11. Author's Address
11. 作者地址

Matt Crawford Fermilab MS 368 PO Box 500 Batavia, IL 60510 USA

Matt Crawford Fermilab MS 368美国伊利诺伊州巴达维亚500号邮政信箱60510

   Phone: +1 630 840-3461
   EMail: crawdad@fnal.gov
        
   Phone: +1 630 840-3461
   EMail: crawdad@fnal.gov
        
12. Full Copyright Statement
12. 完整版权声明

Copyright (C) The Internet Society (1998). All Rights Reserved.

版权所有(C)互联网协会(1998年)。版权所有。

This document and translations of it may be copied and furnished to others, and derivative works that comment on or otherwise explain it or assist in its implementation may be prepared, copied, published and distributed, in whole or in part, without restriction of any kind, provided that the above copyright notice and this paragraph are included on all such copies and derivative works. However, this document itself may not be modified in any way, such as by removing the copyright notice or references to the Internet Society or other Internet organizations, except as needed for the purpose of developing Internet standards in which case the procedures for copyrights defined in the Internet Standards process must be followed, or as required to translate it into languages other than English.

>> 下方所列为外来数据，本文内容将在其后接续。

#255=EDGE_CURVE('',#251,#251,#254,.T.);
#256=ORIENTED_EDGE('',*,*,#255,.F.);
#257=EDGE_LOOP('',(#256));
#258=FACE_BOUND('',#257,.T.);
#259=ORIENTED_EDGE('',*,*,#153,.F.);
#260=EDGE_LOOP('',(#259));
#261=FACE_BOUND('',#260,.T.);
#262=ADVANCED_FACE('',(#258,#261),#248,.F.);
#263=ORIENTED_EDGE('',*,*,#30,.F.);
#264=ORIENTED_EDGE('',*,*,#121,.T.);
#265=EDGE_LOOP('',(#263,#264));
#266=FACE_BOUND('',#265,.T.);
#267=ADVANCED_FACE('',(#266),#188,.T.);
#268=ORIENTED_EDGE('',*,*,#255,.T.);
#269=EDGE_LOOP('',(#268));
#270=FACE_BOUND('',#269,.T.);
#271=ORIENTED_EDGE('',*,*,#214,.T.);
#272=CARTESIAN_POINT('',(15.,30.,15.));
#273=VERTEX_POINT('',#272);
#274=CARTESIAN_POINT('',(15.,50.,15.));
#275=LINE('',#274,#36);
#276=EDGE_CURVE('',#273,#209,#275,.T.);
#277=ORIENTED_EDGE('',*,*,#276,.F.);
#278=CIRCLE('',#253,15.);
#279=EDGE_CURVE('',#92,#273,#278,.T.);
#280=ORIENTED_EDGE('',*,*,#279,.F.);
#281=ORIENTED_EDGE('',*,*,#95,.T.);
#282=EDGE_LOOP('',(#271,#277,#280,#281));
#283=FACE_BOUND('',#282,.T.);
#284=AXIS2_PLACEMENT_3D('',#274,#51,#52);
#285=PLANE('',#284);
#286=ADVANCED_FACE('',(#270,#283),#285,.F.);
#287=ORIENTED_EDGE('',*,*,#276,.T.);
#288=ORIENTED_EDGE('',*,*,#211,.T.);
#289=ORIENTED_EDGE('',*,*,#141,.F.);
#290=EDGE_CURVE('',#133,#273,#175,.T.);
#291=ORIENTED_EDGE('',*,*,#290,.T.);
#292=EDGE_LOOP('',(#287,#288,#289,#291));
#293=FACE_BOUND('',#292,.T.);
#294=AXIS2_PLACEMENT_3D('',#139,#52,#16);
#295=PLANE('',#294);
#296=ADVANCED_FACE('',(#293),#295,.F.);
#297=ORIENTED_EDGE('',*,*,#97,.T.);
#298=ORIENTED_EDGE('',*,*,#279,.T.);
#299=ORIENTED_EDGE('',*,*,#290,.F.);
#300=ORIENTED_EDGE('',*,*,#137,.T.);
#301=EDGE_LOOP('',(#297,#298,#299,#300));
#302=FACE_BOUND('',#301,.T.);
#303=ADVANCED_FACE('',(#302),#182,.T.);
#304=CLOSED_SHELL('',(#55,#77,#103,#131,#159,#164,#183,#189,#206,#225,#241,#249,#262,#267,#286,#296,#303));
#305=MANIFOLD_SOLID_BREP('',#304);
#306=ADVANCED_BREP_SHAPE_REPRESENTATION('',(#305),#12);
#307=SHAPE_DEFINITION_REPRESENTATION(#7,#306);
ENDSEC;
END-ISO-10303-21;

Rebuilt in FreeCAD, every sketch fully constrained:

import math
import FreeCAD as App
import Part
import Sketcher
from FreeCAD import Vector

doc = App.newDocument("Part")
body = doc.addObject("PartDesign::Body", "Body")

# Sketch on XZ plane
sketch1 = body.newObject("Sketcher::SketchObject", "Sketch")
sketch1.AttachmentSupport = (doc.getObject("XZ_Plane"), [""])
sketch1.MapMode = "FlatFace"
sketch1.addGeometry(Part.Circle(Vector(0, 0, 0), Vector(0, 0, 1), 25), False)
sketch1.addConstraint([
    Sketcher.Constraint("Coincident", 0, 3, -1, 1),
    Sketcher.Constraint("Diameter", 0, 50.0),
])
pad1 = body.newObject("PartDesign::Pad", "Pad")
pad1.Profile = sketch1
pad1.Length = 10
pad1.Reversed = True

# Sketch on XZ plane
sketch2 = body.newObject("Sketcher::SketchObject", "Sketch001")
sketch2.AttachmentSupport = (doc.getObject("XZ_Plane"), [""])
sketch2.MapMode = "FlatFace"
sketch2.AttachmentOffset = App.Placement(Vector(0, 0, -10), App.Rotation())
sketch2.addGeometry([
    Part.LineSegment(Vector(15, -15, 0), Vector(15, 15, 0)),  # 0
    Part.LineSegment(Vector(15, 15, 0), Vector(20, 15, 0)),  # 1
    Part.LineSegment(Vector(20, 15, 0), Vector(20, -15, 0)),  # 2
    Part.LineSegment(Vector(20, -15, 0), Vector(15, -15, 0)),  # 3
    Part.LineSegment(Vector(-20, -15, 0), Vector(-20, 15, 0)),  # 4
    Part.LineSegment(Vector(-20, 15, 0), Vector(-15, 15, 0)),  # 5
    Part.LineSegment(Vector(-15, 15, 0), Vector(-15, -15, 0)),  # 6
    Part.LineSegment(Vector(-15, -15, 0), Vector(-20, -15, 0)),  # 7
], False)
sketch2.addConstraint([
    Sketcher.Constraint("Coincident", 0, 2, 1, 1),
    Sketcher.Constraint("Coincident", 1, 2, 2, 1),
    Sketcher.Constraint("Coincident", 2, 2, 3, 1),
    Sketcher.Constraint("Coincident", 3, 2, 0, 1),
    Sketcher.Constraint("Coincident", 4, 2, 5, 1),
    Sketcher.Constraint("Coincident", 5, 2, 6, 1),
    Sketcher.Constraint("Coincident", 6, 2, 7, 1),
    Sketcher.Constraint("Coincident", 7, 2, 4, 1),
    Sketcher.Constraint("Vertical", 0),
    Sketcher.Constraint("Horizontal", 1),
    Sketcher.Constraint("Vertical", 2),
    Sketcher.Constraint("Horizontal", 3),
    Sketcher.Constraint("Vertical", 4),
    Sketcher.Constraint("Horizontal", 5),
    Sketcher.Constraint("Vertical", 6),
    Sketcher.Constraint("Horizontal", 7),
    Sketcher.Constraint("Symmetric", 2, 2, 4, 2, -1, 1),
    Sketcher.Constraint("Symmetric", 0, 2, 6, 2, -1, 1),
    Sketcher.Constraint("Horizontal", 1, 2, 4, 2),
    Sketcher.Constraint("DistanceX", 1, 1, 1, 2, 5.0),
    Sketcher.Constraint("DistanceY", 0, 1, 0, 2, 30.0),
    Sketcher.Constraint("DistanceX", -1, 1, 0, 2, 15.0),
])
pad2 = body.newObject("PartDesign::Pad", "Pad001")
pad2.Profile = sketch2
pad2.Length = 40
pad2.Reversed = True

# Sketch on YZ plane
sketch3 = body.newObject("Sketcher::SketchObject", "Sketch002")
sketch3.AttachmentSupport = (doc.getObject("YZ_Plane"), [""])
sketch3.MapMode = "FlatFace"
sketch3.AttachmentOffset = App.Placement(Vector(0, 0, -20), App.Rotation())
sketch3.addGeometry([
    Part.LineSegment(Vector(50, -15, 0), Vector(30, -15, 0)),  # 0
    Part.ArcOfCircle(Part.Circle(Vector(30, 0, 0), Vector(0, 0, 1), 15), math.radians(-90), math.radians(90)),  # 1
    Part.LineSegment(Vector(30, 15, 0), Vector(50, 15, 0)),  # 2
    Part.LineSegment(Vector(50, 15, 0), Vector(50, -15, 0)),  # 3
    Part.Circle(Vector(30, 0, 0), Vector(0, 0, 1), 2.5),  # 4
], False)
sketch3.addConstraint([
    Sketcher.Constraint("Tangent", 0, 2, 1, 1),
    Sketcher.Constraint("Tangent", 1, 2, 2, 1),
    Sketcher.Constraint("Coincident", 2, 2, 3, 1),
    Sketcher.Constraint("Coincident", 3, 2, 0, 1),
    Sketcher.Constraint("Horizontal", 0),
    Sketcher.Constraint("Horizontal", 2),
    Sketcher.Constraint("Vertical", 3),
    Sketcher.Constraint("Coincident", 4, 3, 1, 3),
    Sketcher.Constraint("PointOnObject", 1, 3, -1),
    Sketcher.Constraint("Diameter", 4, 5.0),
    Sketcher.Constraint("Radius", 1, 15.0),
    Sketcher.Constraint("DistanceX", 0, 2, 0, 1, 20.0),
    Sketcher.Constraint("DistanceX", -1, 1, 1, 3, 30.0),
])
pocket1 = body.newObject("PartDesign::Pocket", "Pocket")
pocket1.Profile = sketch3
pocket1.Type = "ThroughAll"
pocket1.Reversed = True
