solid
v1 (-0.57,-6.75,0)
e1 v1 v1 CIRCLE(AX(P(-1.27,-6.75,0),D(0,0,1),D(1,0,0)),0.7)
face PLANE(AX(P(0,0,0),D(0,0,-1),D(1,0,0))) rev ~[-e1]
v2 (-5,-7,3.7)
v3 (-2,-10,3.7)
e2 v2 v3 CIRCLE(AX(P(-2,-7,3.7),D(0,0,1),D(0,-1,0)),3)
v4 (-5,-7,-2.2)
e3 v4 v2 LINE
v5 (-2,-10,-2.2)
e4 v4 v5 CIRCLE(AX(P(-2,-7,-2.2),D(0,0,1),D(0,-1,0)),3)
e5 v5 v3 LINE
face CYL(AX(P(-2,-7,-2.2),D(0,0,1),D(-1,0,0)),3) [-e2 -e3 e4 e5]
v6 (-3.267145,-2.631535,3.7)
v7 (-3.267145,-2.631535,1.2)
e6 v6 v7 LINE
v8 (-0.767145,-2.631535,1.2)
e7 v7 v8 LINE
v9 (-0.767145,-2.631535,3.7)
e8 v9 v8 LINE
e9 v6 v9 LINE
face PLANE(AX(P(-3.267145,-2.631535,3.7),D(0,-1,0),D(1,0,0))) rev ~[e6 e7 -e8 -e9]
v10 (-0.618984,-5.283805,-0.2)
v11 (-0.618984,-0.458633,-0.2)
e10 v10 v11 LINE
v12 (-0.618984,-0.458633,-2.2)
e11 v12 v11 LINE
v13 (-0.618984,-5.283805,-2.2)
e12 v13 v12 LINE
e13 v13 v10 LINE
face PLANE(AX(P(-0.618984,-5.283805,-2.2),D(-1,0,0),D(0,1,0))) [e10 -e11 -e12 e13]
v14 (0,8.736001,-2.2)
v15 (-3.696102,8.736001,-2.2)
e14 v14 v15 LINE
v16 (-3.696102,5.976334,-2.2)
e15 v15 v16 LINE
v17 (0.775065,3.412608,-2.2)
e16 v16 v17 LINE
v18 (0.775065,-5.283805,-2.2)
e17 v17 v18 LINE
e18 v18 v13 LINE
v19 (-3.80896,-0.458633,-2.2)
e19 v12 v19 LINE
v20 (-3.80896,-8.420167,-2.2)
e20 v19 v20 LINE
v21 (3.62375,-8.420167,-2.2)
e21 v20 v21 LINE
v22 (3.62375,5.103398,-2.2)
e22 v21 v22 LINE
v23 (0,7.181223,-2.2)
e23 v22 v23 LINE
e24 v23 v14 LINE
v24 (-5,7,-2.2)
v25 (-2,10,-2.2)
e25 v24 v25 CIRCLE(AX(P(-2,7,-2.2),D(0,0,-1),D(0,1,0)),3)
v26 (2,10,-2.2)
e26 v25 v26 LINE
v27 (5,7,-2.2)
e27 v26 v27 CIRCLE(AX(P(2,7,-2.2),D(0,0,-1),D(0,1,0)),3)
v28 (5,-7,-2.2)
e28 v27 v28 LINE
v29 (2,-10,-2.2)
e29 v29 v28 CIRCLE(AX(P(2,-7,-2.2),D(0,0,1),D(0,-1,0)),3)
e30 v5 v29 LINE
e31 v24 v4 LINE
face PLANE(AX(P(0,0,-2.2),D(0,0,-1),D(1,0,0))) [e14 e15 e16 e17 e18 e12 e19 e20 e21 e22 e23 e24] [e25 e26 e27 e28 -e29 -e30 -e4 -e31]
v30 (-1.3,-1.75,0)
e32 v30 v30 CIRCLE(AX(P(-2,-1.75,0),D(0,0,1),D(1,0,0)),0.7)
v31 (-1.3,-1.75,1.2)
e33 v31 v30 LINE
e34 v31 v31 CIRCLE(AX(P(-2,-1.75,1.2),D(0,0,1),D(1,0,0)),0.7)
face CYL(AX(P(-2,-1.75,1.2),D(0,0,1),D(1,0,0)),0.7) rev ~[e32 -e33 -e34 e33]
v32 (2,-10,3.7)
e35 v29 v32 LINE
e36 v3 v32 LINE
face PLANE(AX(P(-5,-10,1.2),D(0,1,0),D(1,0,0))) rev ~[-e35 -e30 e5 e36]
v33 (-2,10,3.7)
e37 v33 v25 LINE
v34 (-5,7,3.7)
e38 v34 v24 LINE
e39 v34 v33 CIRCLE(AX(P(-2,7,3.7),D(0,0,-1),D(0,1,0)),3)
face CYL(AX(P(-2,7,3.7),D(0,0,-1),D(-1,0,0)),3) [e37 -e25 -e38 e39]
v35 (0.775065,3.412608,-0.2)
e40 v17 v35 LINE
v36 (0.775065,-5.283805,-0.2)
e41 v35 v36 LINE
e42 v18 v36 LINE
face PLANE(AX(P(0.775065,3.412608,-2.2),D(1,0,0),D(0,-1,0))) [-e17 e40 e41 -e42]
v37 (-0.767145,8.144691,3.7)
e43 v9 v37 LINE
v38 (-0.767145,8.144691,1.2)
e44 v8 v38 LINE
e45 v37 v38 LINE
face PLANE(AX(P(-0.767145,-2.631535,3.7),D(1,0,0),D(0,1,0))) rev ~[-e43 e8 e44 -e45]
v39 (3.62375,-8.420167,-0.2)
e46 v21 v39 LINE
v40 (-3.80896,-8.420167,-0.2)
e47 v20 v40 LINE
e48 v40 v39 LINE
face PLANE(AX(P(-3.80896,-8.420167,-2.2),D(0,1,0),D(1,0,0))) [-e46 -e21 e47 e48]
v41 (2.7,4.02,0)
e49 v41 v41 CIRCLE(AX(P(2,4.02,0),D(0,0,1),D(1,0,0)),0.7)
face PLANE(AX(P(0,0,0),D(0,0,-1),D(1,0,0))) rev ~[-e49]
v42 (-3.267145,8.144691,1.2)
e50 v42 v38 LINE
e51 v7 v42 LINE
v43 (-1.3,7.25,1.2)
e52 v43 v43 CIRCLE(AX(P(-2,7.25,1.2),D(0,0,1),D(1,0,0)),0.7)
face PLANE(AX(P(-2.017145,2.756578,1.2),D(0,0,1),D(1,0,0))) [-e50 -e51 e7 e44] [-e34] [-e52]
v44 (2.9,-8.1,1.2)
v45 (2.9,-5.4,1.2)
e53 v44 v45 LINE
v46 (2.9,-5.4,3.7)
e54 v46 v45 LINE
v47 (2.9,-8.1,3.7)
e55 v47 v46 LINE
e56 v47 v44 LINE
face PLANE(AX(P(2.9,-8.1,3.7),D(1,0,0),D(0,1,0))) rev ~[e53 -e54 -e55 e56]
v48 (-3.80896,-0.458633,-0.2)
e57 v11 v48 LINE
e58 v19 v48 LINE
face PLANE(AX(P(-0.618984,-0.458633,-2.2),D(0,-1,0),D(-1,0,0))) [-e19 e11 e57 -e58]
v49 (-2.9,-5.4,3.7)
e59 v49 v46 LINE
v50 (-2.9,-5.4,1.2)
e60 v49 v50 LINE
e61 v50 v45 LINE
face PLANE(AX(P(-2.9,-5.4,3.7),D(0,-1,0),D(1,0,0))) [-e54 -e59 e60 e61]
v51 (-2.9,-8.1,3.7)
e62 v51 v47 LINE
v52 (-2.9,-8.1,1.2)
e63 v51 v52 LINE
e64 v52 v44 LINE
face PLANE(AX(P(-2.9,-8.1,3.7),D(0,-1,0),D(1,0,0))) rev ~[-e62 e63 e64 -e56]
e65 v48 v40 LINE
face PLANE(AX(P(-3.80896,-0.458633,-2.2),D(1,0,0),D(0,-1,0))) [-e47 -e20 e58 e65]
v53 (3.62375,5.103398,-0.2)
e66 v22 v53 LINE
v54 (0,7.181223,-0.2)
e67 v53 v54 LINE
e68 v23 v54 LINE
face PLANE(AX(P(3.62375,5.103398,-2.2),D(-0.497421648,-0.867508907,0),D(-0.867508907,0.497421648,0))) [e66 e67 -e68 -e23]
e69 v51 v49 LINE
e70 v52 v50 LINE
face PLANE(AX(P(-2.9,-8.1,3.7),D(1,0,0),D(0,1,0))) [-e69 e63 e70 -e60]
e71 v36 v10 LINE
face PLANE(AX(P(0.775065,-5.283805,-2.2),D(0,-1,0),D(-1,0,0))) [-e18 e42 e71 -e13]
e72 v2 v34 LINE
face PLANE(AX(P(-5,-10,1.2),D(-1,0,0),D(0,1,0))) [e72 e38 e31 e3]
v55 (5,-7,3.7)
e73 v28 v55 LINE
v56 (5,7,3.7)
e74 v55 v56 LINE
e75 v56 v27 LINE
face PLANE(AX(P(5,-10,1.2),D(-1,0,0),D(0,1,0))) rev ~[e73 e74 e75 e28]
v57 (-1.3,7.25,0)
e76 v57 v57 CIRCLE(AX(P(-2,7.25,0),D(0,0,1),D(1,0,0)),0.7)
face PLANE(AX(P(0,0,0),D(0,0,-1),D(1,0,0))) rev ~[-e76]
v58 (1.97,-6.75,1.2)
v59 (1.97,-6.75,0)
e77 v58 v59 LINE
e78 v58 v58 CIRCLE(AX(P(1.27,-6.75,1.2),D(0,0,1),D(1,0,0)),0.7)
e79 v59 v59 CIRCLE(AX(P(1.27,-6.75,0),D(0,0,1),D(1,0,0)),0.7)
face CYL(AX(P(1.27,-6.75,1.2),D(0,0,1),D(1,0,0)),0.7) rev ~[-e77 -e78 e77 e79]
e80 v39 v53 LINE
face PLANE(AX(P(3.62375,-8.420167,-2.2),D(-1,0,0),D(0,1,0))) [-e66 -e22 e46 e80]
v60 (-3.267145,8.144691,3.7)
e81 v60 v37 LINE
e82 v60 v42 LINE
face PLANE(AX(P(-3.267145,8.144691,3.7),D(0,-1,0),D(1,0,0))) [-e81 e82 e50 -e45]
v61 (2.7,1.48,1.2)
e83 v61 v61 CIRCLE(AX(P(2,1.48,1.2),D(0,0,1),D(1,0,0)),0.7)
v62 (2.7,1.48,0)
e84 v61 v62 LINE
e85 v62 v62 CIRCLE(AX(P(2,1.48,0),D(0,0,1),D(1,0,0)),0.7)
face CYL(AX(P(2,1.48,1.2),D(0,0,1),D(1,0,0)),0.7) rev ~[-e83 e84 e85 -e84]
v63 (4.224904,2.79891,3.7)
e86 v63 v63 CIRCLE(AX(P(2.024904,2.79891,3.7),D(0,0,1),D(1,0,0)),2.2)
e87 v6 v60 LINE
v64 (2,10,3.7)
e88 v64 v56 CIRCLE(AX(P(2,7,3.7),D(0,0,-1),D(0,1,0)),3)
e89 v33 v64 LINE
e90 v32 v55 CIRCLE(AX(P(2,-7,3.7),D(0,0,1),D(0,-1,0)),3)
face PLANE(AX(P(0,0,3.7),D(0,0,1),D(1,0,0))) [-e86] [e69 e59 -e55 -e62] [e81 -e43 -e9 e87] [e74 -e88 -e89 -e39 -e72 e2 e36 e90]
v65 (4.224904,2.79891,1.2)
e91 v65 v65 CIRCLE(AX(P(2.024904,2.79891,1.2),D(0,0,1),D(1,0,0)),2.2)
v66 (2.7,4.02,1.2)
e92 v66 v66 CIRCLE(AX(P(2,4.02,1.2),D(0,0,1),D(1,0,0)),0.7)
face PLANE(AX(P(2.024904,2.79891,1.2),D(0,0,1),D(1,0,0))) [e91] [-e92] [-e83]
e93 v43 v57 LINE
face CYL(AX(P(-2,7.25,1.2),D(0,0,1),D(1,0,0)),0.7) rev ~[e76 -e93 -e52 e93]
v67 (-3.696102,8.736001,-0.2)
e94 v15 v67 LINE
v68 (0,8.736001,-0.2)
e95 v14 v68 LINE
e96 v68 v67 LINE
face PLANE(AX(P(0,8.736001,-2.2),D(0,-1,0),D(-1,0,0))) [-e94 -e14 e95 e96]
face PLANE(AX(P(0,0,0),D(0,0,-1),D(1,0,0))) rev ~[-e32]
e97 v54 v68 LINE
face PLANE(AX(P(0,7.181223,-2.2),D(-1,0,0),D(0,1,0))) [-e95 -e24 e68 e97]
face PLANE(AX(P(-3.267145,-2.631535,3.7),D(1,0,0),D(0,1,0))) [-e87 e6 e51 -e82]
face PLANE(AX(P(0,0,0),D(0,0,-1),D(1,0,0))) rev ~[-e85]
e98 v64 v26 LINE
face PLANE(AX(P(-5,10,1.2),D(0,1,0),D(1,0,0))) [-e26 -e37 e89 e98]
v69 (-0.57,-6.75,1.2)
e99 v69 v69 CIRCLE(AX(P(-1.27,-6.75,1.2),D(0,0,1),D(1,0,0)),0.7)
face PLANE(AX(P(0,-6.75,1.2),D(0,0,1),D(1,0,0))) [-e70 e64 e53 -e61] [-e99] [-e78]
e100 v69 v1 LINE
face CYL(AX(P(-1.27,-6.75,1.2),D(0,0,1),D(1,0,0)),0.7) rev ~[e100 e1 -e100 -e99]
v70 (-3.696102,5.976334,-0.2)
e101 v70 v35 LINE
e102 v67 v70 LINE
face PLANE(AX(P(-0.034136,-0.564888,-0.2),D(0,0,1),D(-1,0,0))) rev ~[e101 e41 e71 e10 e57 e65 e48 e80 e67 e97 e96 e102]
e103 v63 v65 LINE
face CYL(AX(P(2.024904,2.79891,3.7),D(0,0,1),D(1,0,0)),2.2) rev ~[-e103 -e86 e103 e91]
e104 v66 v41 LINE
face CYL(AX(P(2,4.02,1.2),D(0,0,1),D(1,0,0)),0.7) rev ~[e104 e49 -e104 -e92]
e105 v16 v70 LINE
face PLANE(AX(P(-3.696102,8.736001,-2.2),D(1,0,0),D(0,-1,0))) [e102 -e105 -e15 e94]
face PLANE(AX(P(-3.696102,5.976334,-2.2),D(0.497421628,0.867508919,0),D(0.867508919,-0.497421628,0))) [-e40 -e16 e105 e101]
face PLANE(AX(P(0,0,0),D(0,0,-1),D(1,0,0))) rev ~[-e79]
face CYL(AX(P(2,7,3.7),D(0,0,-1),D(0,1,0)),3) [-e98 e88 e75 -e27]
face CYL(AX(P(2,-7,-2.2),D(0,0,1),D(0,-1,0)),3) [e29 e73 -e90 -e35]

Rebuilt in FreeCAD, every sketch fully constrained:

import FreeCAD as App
import Part
import Sketcher
from FreeCAD import Vector


def edges_at(feature, points):
    """Names of the edges that pass closest to the given points."""
    edges = feature.Shape.Edges
    near = lambda p: min(range(len(edges)), key=lambda i: edges[i].distToShape(Part.Vertex(*p))[0])
    return sorted({f"Edge{near(p) + 1}" for p in points})

doc = App.newDocument("Part")
body = doc.addObject("PartDesign::Body", "Body")

sketch1 = doc.addObject("Sketcher::SketchObject", "Sketch")
body.addObject(sketch1)
sketch1.AttachmentSupport = (doc.XY_Plane, [""])
sketch1.MapMode = "FlatFace"
sketch1.addGeometry([
    Part.LineSegment(Vector(-5, 10, 0), Vector(-5, -10, 0)),
    Part.LineSegment(Vector(-5, -10, 0), Vector(5, -10, 0)),
    Part.LineSegment(Vector(5, -10, 0), Vector(5, 10, 0)),
    Part.LineSegment(Vector(5, 10, 0), Vector(-5, 10, 0)),
], False)
sketch1.addConstraint([
    Sketcher.Constraint("Coincident", 0, 2, 1, 1),
    Sketcher.Constraint("Coincident", 1, 2, 2, 1),
    Sketcher.Constraint("Coincident", 2, 2, 3, 1),
    Sketcher.Constraint("Coincident", 3, 2, 0, 1),
    Sketcher.Constraint("Vertical", 0),
    Sketcher.Constraint("Horizontal", 1),
    Sketcher.Constraint("Vertical", 2),
    Sketcher.Constraint("Horizontal", 3),
    Sketcher.Constraint("Symmetric", 0, 2, 2, 2, -1, 1),
    Sketcher.Constraint("DistanceX", 1, 1, 1, 2, 10.0),
    Sketcher.Constraint("DistanceY", 0, 2, 0, 1, 20.0),
])
pad1 = doc.addObject("PartDesign::Pad", "Pad")
body.addObject(pad1)
pad1.Profile = sketch1
pad1.Length = 1.2

sketch2 = doc.addObject("Sketcher::SketchObject", "Sketch001")
body.addObject(sketch2)
sketch2.AttachmentSupport = (doc.XY_Plane, [""])
sketch2.MapMode = "FlatFace"
sketch2.AttachmentOffset = App.Placement(Vector(0, 0, 1.2), App.Rotation())
sketch2.addGeometry([
    Part.Circle(Vector(-1.3, -6.8, 0), Vector(0, 0, 1), 0.7),
    Part.Circle(Vector(1.3, -6.8, 0), Vector(0, 0, 1), 0.7),
    Part.Circle(Vector(-2, 7.2, 0), Vector(0, 0, 1), 0.7),
    Part.Circle(Vector(-2, -1.8, 0), Vector(0, 0, 1), 0.7),
    Part.Circle(Vector(2, 4, 0), Vector(0, 0, 1), 0.7),
    Part.Circle(Vector(2, 1.5, 0), Vector(0, 0, 1), 0.7),
], False)
sketch2.addConstraint([
    Sketcher.Constraint("Equal", 0, 1),
    Sketcher.Constraint("Equal", 1, 2),
    Sketcher.Constraint("Equal", 2, 3),
    Sketcher.Constraint("Equal", 3, 4),
    Sketcher.Constraint("Equal", 4, 5),
    Sketcher.Constraint("Symmetric", 0, 3, 1, 3, -2),
    Sketcher.Constraint("Vertical", 2, 3, 3, 3),
    Sketcher.Constraint("Vertical", 4, 3, 5, 3),
    Sketcher.Constraint("Diameter", 0, 1.4),
    Sketcher.Constraint("DistanceX", 2, 3, -1, 1, 2.0),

本文件及其译本可复制并提供给他人,对其进行评论或解释或协助其实施的衍生作品可全部或部分编制、复制、出版和分发,不受任何限制,前提是上述版权声明和本段包含在所有此类副本和衍生作品中。但是,不得以任何方式修改本文件本身,例如删除版权通知或对互联网协会或其他互联网组织的引用,除非出于制定互联网标准的需要,在这种情况下,必须遵循互联网标准过程中定义的版权程序,或根据需要将其翻译成英语以外的其他语言。

The limited permissions granted above are perpetual and will not be revoked by the Internet Society or its successors or assigns.

上述授予的有限许可是永久性的,互联网协会或其继承人或受让人不会撤销。

This document and the information contained herein is provided on an "AS IS" basis and THE INTERNET SOCIETY AND THE INTERNET ENGINEERING TASK FORCE DISCLAIMS ALL WARRANTIES, EXPRESS OR IMPLIED, INCLUDING BUT NOT LIMITED TO ANY WARRANTY THAT THE USE OF THE INFORMATION HEREIN WILL NOT INFRINGE ANY RIGHTS OR ANY IMPLIED WARRANTIES OF MERCHANTABILITY OR FITNESS FOR A PARTICULAR PURPOSE.

本文件和其中包含的信息是按“原样”提供的,互联网协会和互联网工程任务组否认所有明示或暗示的保证,包括但不限于任何保证,即使用本文中的信息不会侵犯任何权利,或对适销性或特定用途适用性的任何默示保证。